Так, на рубеже двух стихий, витая меж жизнью и смертью, едва не стал он жертвой безжалостного рока, как вдруг появился статный юноша, ангел видом, а того пуще – делами. Протянув руки, юноша схватил его, привлек, будто магнитом, хоть и не железным, к себе и тем спас для благополучия и жизни. Выскочив на сушу, пловец, радуясь избавлению, приложился устами к земле и, вознося благодарность, вперил очи в небо. Затем, раскрыв объятья, направился к своему спасителю, чтобы расквитаться с ним поцелуями и пылкими речами. Но тот, свершив доброе дело, не ответил ни единым словом, только выказывал улыбками великую свою радость и крайнее удивление – недоуменными гримасами.

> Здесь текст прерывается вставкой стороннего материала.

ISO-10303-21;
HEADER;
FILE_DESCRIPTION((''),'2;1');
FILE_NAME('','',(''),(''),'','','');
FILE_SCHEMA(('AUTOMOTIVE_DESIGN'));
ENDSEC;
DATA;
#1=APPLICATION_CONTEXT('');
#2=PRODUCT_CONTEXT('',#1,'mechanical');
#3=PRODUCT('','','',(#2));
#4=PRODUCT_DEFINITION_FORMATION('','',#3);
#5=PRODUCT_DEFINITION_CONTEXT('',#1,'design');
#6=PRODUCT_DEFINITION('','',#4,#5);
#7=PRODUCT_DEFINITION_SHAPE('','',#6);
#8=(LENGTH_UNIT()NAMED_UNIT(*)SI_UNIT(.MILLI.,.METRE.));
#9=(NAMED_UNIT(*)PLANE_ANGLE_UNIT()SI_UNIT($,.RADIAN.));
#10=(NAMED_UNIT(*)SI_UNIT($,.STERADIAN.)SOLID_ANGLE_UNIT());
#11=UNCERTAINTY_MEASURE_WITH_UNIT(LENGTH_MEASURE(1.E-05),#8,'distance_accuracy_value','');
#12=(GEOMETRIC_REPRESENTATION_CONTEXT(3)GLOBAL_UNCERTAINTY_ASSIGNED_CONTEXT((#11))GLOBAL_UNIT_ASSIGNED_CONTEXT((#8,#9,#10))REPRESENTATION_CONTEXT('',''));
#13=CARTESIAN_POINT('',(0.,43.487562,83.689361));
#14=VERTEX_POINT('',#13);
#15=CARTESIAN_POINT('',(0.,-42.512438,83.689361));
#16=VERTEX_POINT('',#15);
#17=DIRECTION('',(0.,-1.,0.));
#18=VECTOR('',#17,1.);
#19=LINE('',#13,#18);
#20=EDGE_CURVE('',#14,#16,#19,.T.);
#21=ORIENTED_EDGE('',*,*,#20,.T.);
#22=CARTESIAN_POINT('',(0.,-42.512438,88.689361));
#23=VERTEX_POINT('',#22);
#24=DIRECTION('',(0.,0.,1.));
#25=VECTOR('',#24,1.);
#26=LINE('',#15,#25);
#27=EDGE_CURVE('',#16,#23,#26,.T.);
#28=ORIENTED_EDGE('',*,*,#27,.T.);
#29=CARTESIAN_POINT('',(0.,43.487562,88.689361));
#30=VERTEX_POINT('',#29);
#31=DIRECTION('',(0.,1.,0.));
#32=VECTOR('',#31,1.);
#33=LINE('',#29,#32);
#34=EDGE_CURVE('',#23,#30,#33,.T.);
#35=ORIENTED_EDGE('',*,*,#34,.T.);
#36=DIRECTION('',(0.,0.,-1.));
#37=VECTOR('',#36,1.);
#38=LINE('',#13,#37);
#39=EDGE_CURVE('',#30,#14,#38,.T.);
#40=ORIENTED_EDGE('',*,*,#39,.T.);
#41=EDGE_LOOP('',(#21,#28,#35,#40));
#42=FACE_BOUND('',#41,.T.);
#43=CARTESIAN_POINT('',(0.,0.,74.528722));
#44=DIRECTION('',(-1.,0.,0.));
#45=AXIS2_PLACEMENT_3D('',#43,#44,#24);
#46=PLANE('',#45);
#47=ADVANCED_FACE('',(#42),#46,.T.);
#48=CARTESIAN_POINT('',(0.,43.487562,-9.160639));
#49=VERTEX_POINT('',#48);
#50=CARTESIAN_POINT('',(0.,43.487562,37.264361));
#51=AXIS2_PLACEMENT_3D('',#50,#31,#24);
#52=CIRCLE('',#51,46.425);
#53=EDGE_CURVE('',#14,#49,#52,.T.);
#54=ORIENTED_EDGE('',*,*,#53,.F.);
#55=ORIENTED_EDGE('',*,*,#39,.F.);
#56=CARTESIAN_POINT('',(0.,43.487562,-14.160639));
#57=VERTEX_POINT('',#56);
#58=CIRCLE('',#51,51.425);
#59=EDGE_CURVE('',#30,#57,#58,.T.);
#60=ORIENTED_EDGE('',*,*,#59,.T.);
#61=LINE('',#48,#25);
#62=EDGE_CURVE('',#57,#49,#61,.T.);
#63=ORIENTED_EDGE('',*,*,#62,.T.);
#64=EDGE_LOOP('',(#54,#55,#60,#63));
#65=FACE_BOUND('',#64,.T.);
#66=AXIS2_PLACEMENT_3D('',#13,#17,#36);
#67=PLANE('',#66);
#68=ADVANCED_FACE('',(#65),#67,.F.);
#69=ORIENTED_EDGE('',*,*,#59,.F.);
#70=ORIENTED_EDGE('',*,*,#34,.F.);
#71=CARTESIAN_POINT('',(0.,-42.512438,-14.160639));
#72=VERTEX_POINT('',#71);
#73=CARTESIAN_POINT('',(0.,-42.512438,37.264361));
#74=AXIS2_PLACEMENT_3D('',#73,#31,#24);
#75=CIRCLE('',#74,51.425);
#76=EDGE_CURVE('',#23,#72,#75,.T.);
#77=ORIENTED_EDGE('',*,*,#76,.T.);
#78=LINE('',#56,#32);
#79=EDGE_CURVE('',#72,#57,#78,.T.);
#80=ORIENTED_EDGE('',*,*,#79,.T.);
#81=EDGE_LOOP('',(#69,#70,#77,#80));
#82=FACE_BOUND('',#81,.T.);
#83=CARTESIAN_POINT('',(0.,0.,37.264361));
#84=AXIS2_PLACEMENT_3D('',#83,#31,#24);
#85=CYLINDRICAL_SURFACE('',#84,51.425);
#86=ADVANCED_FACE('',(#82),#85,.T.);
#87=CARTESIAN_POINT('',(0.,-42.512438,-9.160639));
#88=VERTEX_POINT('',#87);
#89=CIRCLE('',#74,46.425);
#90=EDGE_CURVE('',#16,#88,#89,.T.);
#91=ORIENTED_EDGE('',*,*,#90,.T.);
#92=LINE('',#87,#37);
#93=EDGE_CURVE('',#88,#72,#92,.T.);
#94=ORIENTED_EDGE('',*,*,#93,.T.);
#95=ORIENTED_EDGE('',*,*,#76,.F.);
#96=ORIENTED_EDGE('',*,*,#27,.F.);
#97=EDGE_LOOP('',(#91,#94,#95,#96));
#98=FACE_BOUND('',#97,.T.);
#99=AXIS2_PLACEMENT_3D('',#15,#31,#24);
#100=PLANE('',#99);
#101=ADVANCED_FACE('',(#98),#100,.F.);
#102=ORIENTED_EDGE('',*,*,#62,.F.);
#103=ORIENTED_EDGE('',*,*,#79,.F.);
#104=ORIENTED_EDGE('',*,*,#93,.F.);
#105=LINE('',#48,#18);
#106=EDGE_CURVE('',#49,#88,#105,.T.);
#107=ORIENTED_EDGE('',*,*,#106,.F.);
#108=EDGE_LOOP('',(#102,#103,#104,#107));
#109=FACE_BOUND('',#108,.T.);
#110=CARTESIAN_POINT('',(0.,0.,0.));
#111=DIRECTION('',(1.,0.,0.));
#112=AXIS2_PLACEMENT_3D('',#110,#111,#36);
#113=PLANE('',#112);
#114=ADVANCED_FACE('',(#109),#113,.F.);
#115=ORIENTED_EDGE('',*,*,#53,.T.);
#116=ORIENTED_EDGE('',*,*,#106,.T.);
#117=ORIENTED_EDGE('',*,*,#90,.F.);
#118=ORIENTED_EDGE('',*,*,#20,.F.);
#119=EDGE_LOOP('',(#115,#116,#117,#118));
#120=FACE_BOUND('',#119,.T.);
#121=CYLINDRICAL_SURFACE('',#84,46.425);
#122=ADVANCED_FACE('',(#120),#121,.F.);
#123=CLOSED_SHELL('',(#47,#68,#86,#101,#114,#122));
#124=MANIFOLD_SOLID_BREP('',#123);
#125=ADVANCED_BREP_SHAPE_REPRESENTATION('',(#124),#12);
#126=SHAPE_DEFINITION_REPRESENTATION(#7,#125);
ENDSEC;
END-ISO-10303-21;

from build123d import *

# Parameters (mm, degrees)
SKETCH_1_W = 5
SKETCH_1_H = 86


with BuildPart() as part:
    # 扫描1: sweep along a path in 草图2
    with BuildLine(Plane(origin=(0, 0, 0), x_dir=(1, 0, 0), z_dir=(0, 1, 0))) as sweep_1_path:
        ThreePointArc((0, -83.689360979), (46.425, -37.264360979), (0, 9.160639021))
    # 草图1 → 扫描1 (sweep)
    with BuildSketch(Plane(origin=(0, 0, 0), x_dir=(0, 0, -1), z_dir=(1, 0, 0))):
        with Locations((11.660639021, 0.487561787)):
            Rectangle(SKETCH_1_W, SKETCH_1_H)
    sweep(path=sweep_1_path.line)


solid = part.part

Спасенный вновь кинулся его обнимать и благодарить, расспрашивая, кто он и какого рода, но островитянин, изумленно на него глядя, ничего не отвечал. Старик стал тогда спрашивать на разных языках – он знал их несколько, – но тщетно: юноша, не сводя с чужеземца глаз, лишь делал странные телодвижения и, видимо, ничего не понимая, корчил гримасы ужаса и радости. Можно было подумать, что он – дитя здешних лесов, дикарь, если бы против этого не говорило то, что остров явно был необитаем и что волосы у юноши были светлые и прямые, а черты лица, как у европейца, тонкие. На платье, однако, не было и намека, одеждой ему служила одна невинность. У спасенного явилась было мысль, что юноша лишен двух слуг души, из коих один вести приносит, а другой разносит, – слуха и речи. Но вскоре он убедился в своей ошибке – при малейшем шуме юноша настораживался, к тому же так искусно подражал рычанью зверей и пенью птиц, что казалось, язык животных ему понятней, чем язык людей, – такова сила привычки и упражнения с детства! В диких его гримасах и прыжках чувствовались проблески живого ума, усилия души, пытающейся выразить себя; но где не помогает искусство, там природа, увы, беспомощна.

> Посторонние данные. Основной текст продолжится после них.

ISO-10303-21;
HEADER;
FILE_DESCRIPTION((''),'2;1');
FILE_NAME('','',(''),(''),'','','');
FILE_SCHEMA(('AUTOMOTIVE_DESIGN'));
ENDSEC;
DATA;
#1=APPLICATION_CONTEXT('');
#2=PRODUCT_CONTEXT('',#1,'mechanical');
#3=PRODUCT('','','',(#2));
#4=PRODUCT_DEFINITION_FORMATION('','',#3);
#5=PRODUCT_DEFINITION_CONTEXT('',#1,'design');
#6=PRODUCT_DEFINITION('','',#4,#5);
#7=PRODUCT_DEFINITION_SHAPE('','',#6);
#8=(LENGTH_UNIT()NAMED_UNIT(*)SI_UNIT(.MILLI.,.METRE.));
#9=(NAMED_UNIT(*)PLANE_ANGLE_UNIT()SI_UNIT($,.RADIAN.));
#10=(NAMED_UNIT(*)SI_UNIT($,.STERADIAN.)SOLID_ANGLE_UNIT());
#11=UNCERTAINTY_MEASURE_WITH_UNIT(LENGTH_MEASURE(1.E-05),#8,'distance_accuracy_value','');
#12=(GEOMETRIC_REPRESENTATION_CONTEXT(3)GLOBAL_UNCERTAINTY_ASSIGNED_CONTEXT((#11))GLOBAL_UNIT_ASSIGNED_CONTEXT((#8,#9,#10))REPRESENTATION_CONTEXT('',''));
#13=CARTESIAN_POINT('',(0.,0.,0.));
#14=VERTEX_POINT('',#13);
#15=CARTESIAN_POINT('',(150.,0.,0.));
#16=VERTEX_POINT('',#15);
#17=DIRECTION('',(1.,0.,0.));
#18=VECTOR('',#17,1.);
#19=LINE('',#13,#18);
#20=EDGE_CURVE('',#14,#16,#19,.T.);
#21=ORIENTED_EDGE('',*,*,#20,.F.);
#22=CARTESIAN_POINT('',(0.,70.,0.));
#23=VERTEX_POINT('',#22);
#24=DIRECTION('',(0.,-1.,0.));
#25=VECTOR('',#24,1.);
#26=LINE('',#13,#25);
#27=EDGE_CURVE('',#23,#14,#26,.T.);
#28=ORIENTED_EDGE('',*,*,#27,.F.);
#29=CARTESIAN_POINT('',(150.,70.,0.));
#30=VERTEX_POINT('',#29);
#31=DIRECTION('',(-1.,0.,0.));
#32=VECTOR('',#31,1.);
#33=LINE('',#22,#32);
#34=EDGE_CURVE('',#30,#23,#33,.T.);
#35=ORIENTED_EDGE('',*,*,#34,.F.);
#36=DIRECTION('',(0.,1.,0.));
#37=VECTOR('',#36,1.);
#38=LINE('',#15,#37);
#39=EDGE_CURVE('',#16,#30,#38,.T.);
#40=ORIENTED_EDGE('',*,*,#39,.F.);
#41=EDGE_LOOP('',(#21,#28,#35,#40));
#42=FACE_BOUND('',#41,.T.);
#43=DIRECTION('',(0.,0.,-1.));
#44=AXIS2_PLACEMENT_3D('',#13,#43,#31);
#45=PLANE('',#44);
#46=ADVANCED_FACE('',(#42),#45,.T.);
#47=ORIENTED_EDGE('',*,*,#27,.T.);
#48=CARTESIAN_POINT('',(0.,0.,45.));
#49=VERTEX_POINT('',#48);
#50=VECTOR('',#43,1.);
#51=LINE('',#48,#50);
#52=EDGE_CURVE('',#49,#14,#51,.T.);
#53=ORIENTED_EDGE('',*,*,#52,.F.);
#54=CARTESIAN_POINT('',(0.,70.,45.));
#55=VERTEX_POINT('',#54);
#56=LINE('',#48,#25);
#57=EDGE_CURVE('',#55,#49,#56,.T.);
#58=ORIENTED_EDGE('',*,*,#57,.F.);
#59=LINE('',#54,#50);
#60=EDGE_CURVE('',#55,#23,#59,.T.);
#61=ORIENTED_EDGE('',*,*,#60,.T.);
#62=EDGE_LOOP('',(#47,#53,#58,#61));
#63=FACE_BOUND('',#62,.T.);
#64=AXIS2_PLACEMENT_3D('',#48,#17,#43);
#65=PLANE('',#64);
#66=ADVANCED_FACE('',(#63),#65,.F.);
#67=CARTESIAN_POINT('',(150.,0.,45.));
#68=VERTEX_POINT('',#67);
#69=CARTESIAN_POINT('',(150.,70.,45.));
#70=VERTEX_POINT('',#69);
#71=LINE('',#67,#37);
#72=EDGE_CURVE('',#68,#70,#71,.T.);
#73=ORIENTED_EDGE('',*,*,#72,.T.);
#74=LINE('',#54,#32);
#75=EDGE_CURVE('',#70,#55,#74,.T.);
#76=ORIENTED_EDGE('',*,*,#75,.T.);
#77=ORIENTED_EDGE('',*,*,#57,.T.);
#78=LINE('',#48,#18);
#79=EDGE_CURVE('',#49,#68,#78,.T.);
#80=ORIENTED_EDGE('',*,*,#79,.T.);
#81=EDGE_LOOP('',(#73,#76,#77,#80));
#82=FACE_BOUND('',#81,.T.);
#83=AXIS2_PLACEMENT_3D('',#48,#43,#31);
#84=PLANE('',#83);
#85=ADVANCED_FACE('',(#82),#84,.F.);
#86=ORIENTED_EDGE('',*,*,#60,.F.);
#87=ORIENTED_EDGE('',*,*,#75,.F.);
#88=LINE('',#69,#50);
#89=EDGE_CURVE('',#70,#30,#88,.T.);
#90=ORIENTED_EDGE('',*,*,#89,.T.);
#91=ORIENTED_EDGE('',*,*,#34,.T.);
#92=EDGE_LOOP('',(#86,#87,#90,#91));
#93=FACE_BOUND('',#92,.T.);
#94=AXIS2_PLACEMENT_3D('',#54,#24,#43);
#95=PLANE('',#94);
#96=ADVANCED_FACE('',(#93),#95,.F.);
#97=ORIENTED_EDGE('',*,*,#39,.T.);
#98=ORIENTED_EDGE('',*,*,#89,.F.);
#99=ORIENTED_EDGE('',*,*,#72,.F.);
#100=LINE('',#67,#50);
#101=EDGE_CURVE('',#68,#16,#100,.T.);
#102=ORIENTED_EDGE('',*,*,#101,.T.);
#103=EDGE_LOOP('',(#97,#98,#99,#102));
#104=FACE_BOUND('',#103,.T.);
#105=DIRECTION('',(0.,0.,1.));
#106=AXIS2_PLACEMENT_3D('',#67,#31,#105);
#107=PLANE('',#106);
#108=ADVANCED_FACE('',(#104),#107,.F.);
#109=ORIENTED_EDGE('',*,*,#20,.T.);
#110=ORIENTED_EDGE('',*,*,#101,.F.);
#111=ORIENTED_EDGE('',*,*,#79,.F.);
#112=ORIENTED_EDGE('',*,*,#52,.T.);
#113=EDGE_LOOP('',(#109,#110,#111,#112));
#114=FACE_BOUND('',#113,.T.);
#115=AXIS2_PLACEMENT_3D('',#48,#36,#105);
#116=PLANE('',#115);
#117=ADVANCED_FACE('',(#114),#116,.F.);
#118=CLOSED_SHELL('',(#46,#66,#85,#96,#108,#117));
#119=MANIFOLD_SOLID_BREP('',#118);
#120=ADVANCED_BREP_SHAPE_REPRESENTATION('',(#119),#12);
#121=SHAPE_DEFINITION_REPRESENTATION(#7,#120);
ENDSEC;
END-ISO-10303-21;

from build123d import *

# Parameters (mm, degrees)
SKETCH_1_W      = 150
SKETCH_1_H      = 70
EXTRUDE_1_DEPTH = 45


with BuildPart() as part:
    # Эскиз1 → Бобышка-Вытянуть1 (new body)
    with BuildSketch(Plane.XY):
        with Locations((75, 35)):
            Rectangle(SKETCH_1_W, SKETCH_1_H)
    extrude(amount=EXTRUDE_1_DEPTH)


solid = part.part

Каждый явно желал узнать судьбу и жизнь другого; разумный пришелец быстро понял, что отсутствие общего языка будет туг главной помехой. Речь – плод размышления; кто не мыслит, тот не разговаривает. «Говори же, – сказал философ, – чтобы я узнал, кто ты». В беседе душа благородно открывается другому, заполняя своими образами его мысли. Кто с тобой не говорит, тот от тебя далек, и напротив, тот близок, кто с тобой общается хотя бы письменно. Так, мудрые мужи прошлого все еще живы для нас и в вечных своих творениях ежедневно беседуют с нами, неустанно просвещая потомков. В беседе переплетаются нужда и наслаждение, мудрая природа позаботилась сочетать их во всем важнейшем для жизни. Посредством беседы нужные сведения приобретаются с приятностью и быстротой, разговор – кратчайший путь к знанию; в ходе беседы мудрость незаметно проникает в душу; беседуя, ученые порождают других ученых. Без общего языка люди не могут существовать; два ребенка, умышленно оставленные на острове, изобрели язык, чтобы общаться и понимать друг друга. Благородная беседа – дочь разума, мать знания, утеха души, общение сердец, узы дружбы, источник наслаждения, занятие, достойное личности. Зная все это, разумный мореход первым делом начал учить дикого юношу говорить и вскоре в этом весьма преуспел, ибо тот проявлял послушание и охоту к ученью. Начали с имен – моряк назвал ему свое имя «Критило», а юношу нарек «Андренио»; имена подходили на диво, одно говорило о рассудительности, другое – о натуре человеческой [17]. Желание открыть свету свой острый ум, всю жизнь подавляемый, и узнать неведомые истины подстегивало любознательного Андренио. Вскоре начал он выговаривать слова, спрашивать и отвечать, делал попытки рассуждать, помогая словом жестами; и мысль, которую начинал высказывать язык, порою довершала гримаса. О своей жизни он сперва сообщал отрывками, обрывками, клочками, и казалась она Критило удивительной и невероятной; не раз он бранил себя, что не понимает того, чему не мог поверить. Но когда Андренио научился говорить связно и овладел изрядным, под стать своим чувствам, запасом слов, он, уступая горячим просьбам Критило и пользуясь его умелой помощью, повел такую речь.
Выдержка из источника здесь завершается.